The applicant pointed out that Council had incorrectly assessed the proposal against the Character Area 13 precinct and the review site is within Character Area 15 East Bentleigh, south of Centre Road.

Source: http://www.austlii.edu.au/au/cases/vic/VCAT/2015/199.html

THE AGE ARTICLE

Don’t give Victoria residents a bigger say – developers

Date: March 12, 2015 – 12:15AM

Residents should not be given a bigger say at Victoria’s planning tribunal because it would not be “fair”, according to a developer lobby group.

In a letter to the Premier and ministers, the Property Council’s Victorian executive director Jennifer Cunich said they opposed  “the Government’s plans to add additional weight to community opinion in regard to VCAT decision-making”.

“Such a move goes against the very basis of a just and fair legal system. We would consider any attempt to make such changes a fundamental deterioration of Victoria’s legal apparatus,” it said.

Labor has pledged to amend the Planning and Environment Act “so that, where appropriate, the Victorian Civil and Administrative Tribunal (VCAT) must take into account the extent of community opposition to planning proposals”.

“The changes would see significant community opposition – such as that in response to Tecoma McDonald’s or Prahran’s Orrong Rd Towers – formally taken into account,” Labor said in its election commitments.

Labor said the changes were not about appeasing a noisy minority and instead would give locals a fair hearing and recognise a community standing together.

James Larmour-Reid, from the Planning Institute, urged caution in relation to the proposed reforms.

“Community engagement is central to our planning system, but we need to make sure  that VCAT decisions are based on planning principles and policies,” he said.

While it was completely reasonable for the planning tribunal to take into account community sentiment, “sentiment alone cannot be allowed to drive the outcome”.

Opposition planning spokesman David Davis said the government’s promised tribunal changes were “light on detail”.

“What does it really mean and how will this actually operate?” he said.

“If the plan is to make the capacity of people to object more accessible in a reasonable way, we’re in favour of that,” he said.

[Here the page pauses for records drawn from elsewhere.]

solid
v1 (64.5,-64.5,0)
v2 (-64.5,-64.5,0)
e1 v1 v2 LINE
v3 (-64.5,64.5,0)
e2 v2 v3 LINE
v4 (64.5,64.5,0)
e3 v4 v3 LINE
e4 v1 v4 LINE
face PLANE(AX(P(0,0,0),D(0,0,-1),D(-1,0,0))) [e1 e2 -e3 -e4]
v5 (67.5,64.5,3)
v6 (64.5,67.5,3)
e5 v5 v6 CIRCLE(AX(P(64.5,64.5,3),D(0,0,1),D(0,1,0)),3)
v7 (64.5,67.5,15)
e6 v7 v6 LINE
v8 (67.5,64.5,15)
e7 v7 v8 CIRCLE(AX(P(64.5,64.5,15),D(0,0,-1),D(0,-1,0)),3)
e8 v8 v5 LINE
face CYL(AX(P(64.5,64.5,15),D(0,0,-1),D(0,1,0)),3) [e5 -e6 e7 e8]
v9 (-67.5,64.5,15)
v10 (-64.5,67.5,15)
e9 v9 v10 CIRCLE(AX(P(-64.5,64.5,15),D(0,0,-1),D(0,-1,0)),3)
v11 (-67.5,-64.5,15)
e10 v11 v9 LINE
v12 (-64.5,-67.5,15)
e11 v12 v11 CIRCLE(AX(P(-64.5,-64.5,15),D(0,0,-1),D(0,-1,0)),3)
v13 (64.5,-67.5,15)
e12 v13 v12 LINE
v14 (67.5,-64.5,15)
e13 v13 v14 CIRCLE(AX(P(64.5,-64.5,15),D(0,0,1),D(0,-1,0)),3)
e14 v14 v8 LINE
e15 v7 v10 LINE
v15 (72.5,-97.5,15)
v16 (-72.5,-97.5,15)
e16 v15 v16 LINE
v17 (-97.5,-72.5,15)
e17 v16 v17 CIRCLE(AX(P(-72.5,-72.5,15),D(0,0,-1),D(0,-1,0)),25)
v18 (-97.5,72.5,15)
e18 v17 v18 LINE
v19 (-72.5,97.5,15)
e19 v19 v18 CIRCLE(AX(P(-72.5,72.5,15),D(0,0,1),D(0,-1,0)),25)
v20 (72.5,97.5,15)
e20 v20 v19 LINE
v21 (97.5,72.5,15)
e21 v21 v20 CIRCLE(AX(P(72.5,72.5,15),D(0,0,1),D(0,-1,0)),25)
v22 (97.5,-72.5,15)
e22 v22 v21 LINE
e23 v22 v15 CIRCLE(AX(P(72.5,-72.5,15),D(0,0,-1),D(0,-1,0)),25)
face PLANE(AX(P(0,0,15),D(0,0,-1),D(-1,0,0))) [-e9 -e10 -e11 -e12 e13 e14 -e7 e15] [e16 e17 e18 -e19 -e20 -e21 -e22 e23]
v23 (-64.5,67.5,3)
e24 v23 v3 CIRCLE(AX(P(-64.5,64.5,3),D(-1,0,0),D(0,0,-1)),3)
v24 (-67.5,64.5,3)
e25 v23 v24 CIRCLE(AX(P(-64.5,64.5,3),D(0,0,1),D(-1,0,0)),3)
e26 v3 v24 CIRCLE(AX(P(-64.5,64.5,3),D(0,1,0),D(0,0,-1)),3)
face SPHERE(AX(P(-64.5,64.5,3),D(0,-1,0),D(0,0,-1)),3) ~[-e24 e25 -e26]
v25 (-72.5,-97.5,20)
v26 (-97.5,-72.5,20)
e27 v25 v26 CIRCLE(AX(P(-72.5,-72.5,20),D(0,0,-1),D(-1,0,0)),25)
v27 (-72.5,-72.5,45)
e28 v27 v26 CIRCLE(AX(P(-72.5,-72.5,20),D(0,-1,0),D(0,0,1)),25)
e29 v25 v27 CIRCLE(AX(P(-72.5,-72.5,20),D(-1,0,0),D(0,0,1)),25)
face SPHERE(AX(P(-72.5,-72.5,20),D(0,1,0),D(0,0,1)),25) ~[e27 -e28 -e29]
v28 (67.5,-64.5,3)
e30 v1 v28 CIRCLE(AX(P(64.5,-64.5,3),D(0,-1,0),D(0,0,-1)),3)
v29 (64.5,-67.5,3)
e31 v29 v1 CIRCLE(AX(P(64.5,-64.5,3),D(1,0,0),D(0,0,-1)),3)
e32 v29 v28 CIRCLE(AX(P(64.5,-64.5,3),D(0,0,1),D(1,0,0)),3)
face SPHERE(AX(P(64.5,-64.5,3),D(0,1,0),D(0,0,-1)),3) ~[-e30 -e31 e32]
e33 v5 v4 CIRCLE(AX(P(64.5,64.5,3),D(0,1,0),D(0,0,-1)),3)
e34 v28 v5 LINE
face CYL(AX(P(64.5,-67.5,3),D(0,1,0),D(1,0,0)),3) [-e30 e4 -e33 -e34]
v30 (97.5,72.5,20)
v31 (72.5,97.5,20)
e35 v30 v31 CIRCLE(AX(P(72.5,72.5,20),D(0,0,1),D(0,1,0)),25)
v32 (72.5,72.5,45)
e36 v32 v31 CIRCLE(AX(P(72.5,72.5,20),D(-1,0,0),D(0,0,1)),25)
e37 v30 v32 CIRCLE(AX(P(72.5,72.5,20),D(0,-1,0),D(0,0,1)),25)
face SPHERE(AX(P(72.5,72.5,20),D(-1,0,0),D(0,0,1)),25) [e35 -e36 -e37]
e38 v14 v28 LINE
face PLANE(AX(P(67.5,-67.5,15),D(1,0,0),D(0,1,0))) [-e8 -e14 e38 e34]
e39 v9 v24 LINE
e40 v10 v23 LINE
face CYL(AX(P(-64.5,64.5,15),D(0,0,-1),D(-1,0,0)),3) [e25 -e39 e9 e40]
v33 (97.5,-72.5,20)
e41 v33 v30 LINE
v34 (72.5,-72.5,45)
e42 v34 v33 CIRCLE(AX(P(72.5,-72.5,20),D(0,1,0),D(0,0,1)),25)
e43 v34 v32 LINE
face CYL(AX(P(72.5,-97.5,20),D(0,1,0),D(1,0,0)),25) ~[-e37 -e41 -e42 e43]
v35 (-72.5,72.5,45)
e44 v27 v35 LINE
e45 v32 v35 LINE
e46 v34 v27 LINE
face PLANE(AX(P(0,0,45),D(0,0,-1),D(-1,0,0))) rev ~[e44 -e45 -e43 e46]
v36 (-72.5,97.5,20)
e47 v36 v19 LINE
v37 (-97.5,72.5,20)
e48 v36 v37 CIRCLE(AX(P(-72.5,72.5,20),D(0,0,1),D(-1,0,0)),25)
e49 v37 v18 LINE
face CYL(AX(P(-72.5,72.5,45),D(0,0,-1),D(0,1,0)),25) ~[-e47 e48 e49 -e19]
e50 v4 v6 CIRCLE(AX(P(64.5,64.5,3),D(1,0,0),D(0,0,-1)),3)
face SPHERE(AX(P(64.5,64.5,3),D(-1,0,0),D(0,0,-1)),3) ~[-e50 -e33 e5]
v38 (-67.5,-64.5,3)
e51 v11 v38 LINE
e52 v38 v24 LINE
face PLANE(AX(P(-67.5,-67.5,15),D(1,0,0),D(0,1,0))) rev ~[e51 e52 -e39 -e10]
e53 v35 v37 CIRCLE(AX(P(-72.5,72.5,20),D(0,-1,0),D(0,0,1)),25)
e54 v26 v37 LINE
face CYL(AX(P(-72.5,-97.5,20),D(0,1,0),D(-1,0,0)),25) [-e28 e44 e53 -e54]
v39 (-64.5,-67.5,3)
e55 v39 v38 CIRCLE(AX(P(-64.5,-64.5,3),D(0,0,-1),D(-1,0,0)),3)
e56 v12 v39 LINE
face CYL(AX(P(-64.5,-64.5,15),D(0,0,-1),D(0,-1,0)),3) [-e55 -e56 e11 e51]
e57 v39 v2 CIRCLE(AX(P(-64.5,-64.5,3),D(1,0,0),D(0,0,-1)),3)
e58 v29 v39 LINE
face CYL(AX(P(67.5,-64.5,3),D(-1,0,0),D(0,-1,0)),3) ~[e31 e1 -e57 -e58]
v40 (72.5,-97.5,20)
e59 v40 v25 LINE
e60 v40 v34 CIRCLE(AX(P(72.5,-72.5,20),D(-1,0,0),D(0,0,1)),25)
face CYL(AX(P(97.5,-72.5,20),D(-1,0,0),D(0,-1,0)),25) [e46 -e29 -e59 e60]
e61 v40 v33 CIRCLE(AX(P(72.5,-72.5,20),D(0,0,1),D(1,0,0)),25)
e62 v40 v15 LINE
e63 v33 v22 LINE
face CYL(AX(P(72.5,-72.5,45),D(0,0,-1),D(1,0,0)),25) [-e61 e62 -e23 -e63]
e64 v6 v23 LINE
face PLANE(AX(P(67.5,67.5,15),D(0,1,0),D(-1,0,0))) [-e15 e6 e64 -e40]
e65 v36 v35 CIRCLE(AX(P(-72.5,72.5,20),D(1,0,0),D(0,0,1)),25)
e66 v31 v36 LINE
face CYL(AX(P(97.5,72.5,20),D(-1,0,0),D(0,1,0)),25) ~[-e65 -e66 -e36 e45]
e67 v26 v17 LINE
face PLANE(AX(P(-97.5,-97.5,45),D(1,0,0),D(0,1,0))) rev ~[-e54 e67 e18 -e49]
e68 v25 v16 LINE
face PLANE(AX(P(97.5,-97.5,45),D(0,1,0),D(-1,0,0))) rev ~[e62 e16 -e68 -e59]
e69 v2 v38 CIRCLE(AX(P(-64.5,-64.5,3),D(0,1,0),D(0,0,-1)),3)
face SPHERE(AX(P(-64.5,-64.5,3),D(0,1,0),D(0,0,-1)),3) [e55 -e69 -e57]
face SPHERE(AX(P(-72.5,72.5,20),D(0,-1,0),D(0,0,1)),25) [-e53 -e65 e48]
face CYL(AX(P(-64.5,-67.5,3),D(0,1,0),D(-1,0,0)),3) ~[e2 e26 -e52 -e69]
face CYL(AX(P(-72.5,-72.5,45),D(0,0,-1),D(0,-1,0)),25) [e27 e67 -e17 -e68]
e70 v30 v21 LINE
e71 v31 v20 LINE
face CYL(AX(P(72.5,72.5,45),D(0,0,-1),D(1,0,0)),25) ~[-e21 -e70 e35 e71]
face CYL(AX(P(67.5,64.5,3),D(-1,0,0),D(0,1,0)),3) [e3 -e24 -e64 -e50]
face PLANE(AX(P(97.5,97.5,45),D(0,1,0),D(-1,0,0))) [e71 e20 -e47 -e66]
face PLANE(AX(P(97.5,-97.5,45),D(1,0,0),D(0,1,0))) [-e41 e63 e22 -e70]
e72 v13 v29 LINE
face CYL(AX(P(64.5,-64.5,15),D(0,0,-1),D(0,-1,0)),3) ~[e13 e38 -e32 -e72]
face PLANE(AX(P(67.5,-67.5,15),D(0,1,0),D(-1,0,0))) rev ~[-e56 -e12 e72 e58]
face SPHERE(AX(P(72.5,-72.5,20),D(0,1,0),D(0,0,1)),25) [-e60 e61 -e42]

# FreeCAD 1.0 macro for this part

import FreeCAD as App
import Part
import Sketcher
from FreeCAD import Vector
Q = App.Units.Quantity


def edges_at(feature, points):
    """Names of the edges that pass closest to the given points."""
    edges = feature.Shape.Edges
    near = lambda p: min(range(len(edges)), key=lambda i: edges[i].distToShape(Part.Vertex(*p))[0])
    return sorted({f"Edge{near(p) + 1}" for p in points})


def add_polygon(sketch, points):
    """Adds a closed chain of lines whose ends are joined by coincident constraints."""
    first, n = sketch.GeometryCount, len(points)
    for a, b in zip(points, points[1:] + points[:1]):
        sketch.addGeometry(Part.LineSegment(App.Vector(*a, 0), App.Vector(*b, 0)), False)
    for i in range(n):
        sketch.addConstraint(Sketcher.Constraint("Coincident", first + i, 2, first + (i + 1) % n, 1))

doc = App.newDocument("Part")
body = doc.addObject("PartDesign::Body", "Body")

sketch1 = body.newObject("Sketcher::SketchObject", "Sketch")
sketch1.AttachmentSupport = (doc.getObject("XY_Plane"), [""])
sketch1.MapMode = "FlatFace"
add_polygon(sketch1, [(-98, 98), (-98, -98), (98, -98), (98, 98)])
sketch1.addConstraint(Sketcher.Constraint("Vertical", 0))
sketch1.addConstraint(Sketcher.Constraint("Horizontal", 1))
sketch1.addConstraint(Sketcher.Constraint("Vertical", 2))
sketch1.addConstraint(Sketcher.Constraint("Horizontal", 3))
sketch1.addConstraint(Sketcher.Constraint("Symmetric", 0, 2, 2, 2, -1, 1))
sketch1.addConstraint(Sketcher.Constraint("Equal", 3, 0))
sketch1.addConstraint(Sketcher.Constraint("DistanceX", 1, 1, 1, 2, Q("195 mm")))
pad1 = body.newObject("PartDesign::Pad", "Pad")
pad1.Profile = sketch1
pad1.Length = 30

sketch2 = body.newObject("Sketcher::SketchObject", "Sketch001")
sketch2.AttachmentSupport = (doc.getObject("XY_Plane"), [""])
sketch2.MapMode = "FlatFace"
sketch2.AttachmentOffset = App.Placement(Vector(0, 0, 30), App.Rotation())
add_polygon(sketch2, [(-68, 68), (-68, -68), (68, -68), (68, 68)])
sketch2.addConstraint(Sketcher.Constraint("Vertical", 0))
sketch2.addConstraint(Sketcher.Constraint("Horizontal", 1))
sketch2.addConstraint(Sketcher.Constraint("Vertical", 2))
sketch2.addConstraint(Sketcher.Constraint("Horizontal", 3))
sketch2.addConstraint(Sketcher.Constraint("Symmetric", 0, 2, 2, 2, -1, 1))
sketch2.addConstraint(Sketcher.Constraint("Equal", 3, 0))
sketch2.addConstraint(Sketcher.Constraint("DistanceX", 1, 1, 1, 2, Q("135 mm")))
pad2 = body.newObject("PartDesign::Pad", "Pad001")
pad2.Profile = sketch2
pad2.Length = 15
doc.recompute()

fillet = body.newObject("PartDesign::Fillet", "Fillet")
fillet.Base = (pad2, edges_at(pad2, [
    (67.5, 0, 45),
    (0, 67.5, 45),
    (-67.5, 0, 45),
    (0, -67.5, 45),
    (67.5, -67.5, 37.5),
    (67.5, 67.5, 37.5),
    (-67.5, -67.5, 37.5),
    (-67.5, 67.5, 37.5),
]))
fillet.Radius = 3
doc.recompute()

fillet2 = body.newObject("PartDesign::Fillet", "Fillet001")
fillet2.Base = (fillet, edges_at(fillet, [
    (97.5, 0, 0),
    (0, 97.5, 0),
    (-97.5, 0, 0),
    (0, -97.5, 0),
    (97.5, 97.5, 15),
    (-97.5, 97.5, 15),
    (-97.5, -97.5, 15),
    (97.5, -97.5, 15),
]))
fillet2.Radius = 25
body2 = doc.addObject("PartDesign::Body", "Body001")
doc.recompute()

body.Placement = App.Placement(Vector(195, 0, 60), App.Rotation(Vector(0, -1, 0), 180))
boolean = body2.newObject("PartDesign::Boolean", "Boolean")
boolean.Type = "Fuse"
boolean.addObjects([body])
body3 = doc.addObject("PartDesign::Body", "Body002")
doc.recompute()

body2.Placement = App.Placement(Vector(-195, 0, 0), App.Rotation(Vector(0, 0, 1), 0))
boolean2 = body3.newObject("PartDesign::Boolean", "Boolean001")
boolean2.Type = "Fuse"
boolean2.addObjects([body2])
body4 = doc.addObject("PartDesign::Body", "Body003")
doc.recompute()

body3.Placement = App.Placement(Vector(0, 0, -15), App.Rotation(Vector(0, 0, 1), 0))
boolean3 = body4.newObject("PartDesign::Boolean", "Boolean002")
boolean3.Type = "Fuse"
boolean3.addObjects([body3])

doc.recompute()
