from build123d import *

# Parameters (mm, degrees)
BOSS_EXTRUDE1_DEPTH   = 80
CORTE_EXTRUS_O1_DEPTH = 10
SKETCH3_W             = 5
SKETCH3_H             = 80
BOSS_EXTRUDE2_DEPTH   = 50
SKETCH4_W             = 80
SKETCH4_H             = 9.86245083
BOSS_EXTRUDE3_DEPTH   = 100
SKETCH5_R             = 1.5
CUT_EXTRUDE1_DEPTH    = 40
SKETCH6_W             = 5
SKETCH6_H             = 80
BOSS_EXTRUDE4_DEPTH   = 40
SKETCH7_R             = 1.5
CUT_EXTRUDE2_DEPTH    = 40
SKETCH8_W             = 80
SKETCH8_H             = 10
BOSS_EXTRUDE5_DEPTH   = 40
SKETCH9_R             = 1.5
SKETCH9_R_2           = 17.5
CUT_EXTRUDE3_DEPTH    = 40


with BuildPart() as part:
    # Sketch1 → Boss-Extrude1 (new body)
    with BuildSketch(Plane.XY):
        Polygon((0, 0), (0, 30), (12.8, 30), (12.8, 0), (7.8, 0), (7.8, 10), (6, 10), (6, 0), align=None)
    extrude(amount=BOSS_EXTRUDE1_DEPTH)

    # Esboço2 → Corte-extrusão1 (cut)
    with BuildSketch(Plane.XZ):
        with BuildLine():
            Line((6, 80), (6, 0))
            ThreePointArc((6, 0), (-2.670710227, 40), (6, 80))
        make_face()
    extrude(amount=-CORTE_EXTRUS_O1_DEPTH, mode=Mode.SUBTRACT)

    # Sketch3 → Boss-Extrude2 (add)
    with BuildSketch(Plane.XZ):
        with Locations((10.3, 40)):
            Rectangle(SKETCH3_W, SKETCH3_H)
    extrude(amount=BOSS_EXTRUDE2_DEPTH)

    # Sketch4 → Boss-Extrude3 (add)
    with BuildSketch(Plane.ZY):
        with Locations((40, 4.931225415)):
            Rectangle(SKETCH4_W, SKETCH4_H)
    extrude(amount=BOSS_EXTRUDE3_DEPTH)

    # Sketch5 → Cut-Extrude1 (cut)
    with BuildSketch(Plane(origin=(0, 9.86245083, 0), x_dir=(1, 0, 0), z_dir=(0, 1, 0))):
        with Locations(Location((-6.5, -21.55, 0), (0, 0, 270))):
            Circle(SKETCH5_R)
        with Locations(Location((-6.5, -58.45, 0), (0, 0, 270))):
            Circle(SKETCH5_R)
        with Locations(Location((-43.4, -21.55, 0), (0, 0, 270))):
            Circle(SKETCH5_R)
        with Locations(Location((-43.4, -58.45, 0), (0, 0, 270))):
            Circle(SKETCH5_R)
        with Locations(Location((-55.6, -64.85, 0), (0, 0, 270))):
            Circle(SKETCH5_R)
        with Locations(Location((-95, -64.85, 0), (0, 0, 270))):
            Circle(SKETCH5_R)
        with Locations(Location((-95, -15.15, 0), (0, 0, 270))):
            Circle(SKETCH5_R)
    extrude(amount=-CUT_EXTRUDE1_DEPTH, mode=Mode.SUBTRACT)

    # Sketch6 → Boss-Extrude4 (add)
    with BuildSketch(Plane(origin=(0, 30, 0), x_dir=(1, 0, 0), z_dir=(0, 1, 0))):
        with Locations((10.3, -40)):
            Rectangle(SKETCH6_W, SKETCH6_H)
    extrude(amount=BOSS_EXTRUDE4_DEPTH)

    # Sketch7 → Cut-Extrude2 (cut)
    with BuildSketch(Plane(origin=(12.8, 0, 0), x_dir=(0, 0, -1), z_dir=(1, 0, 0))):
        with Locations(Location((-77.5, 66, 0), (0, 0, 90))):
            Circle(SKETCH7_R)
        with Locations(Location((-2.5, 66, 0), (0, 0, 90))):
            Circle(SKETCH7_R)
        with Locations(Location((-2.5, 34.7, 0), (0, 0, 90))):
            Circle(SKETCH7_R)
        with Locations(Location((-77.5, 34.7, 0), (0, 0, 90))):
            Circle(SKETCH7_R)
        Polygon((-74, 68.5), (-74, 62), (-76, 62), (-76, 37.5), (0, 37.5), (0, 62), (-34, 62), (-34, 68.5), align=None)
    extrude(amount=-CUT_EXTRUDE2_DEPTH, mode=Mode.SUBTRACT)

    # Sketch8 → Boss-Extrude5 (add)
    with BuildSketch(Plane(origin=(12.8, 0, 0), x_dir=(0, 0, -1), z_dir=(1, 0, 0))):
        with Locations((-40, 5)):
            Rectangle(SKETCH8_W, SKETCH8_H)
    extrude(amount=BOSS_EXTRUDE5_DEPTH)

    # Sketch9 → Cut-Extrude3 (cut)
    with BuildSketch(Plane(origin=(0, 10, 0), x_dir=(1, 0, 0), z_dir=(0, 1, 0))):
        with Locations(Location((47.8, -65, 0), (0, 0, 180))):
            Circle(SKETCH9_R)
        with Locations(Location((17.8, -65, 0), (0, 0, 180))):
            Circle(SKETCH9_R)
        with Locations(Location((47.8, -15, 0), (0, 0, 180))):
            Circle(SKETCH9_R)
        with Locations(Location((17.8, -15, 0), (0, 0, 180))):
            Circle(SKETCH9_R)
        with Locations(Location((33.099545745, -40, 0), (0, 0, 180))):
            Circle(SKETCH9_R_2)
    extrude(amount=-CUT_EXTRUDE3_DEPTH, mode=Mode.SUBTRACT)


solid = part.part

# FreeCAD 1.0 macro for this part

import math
import FreeCAD as App
import Part
import Sketcher

V = App.Vector
Q = App.Units.Quantity

doc = App.newDocument("Part")
params = doc.addObject("Spreadsheet::Sheet", "Params")
for row, (alias, value) in enumerate([
    ("sketch1_width", "6 mm"),
    ("sketch1_width2", "5 mm"),
    ("sketch1_height", "30 mm"),
    ("sketch1_height2", "10 mm"),
    ("sketch1_width3", "1.8 mm"),
    ("pad1_length", "80 mm"),
    ("sketch2_radius", "96.6 mm"),
    ("sketch2_height", "80 mm"),
    ("pocket1_length", "10 mm"),
    ("sketch3_width", "5 mm"),
    ("sketch3_height", "80 mm"),
    ("pad2_length", "50 mm"),
    ("sketch4_height", "80 mm"),
    ("pad3_length", "100 mm"),
    ("sketch5_diameter", "3 mm"),
    ("pocket2_length", "40 mm"),
    ("sketch6_width", "5 mm"),
    ("sketch6_height", "80 mm"),
    ("pad4_length", "40 mm"),
    ("sketch7_diameter", "3 mm"),
    ("sketch7_height", "2 mm"),
    ("sketch7_height2", "76 mm"),
    ("sketch7_height3", "34 mm"),
    ("sketch7_width", "6.5 mm"),
    ("pocket3_length", "40 mm"),
    ("sketch8_width", "10 mm"),
    ("sketch8_height", "80 mm"),
    ("pad5_length", "40 mm"),
    ("sketch9_diameter", "3 mm"),
    ("sketch9_diameter2", "35 mm"),
    ("pocket4_length", "40 mm"),
], start=1):
    params.set(f"A{row}", alias)
    params.set(f"B{row}", "=" + value)
    params.setAlias(f"B{row}", alias)

body = doc.addObject("PartDesign::Body", "Body")

sketch1 = body.newObject("Sketcher::SketchObject", "Sketch")
sketch1.AttachmentSupport = (doc.getObject("XY_Plane"), [""])
sketch1.MapMode = "FlatFace"
sketch1.addGeometry([
    Part.LineSegment(V(0, 30, 0), V(0, 0, 0)),
    Part.LineSegment(V(0, 0, 0), V(6, 0, 0)),
    Part.LineSegment(V(6, 0, 0), V(6, 10, 0)),
    Part.LineSegment(V(6, 10, 0), V(7.8, 10, 0)),
    Part.LineSegment(V(7.8, 10, 0), V(7.8, 0, 0)),
    Part.LineSegment(V(7.8, 0, 0), V(12.8, 0, 0)),
    Part.LineSegment(V(12.8, 0, 0), V(12.8, 30, 0)),
    Part.LineSegment(V(12.8, 30, 0), V(0, 30, 0)),
], False)
sketch1.addConstraint([
    Sketcher.Constraint("Coincident", 0, 2, 1, 1),
    Sketcher.Constraint("Coincident", 1, 2, 2, 1),
    Sketcher.Constraint("Coincident", 2, 2, 3, 1),
    Sketcher.Constraint("Coincident", 3, 2, 4, 1),
    Sketcher.Constraint("Coincident", 4, 2, 5, 1),
    Sketcher.Constraint("Coincident", 5, 2, 6, 1),
    Sketcher.Constraint("Coincident", 6, 2, 7, 1),
    Sketcher.Constraint("Coincident", 7, 2, 0, 1),
    Sketcher.Constraint("Vertical", 0),
    Sketcher.Constraint("Horizontal", 1),
    Sketcher.Constraint("Vertical", 2),
    Sketcher.Constraint("Horizontal", 3),
    Sketcher.Constraint("Vertical", 4),
    Sketcher.Constraint("Horizontal", 5),
    Sketcher.Constraint("Vertical", 6),
    Sketcher.Constraint("Horizontal", 7),
    Sketcher.Constraint("Coincident", 0, 2, -1, 1),
    Sketcher.Constraint("PointOnObject", 4, 2, -1),
    Sketcher.Constraint("DistanceX", 1, 1, 1, 2, Q("6 mm")),
    Sketcher.Constraint("DistanceX", 5, 1, 5, 2, Q("5 mm")),
    Sketcher.Constraint("DistanceY", 0, 2, 0, 1, Q("30 mm")),
    Sketcher.Constraint("DistanceY", 2, 1, 2, 2, Q("10 mm")),
    Sketcher.Constraint("DistanceX", 3, 1, 3, 2, Q("1.8 mm")),
])
sketch1.setExpression("Constraints[18]", "Params.sketch1_width")
sketch1.setExpression("Constraints[19]", "Params.sketch1_width2")
sketch1.setExpression("Constraints[20]", "Params.sketch1_height")
sketch1.setExpression("Constraints[21]", "Params.sketch1_height2")
sketch1.setExpression("Constraints[22]", "Params.sketch1_width3")
pad1 = body.newObject("PartDesign::Pad", "Pad")
pad1.Profile = sketch1
pad1.setExpression("Length", "Params.pad1_length")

The Property Council’s priorities letter also called on the government to sell Victoria’s share of the Snowy Mountain Hydro Scheme, old school sites and disused rail land to help fund new infrastructure.

It also calls for a flexible urban boundary – “a firm urban growth boundary will unnecessarily restrict supply” and calls on the government to continue support for the Victorian Energy Efficient Target Scheme to reduce energy bills and emissions.

Some of the former Coalition government’s planning actions were criticised in the letter.

“The former government’s decision to undertake rezoning prior to the release of the masterplan or vision for the precinct (Fishermans Bend) has caused widespread confusion and uncertainty,” the Property Council said.

On new housing zones, Ms Cunich said: “As they currently stand, the zones have caused much community angst, and will adversely affect Melbourne’s housing supply and affordability”.

Municipal housing targets should be set based on up-to-date population and demographic modelling.

A spokeswoman for planning minister Dick Wynne said: “The Andrews Labor Governnment promised it would give communities a fair go at VCAT, and this is what we will do.”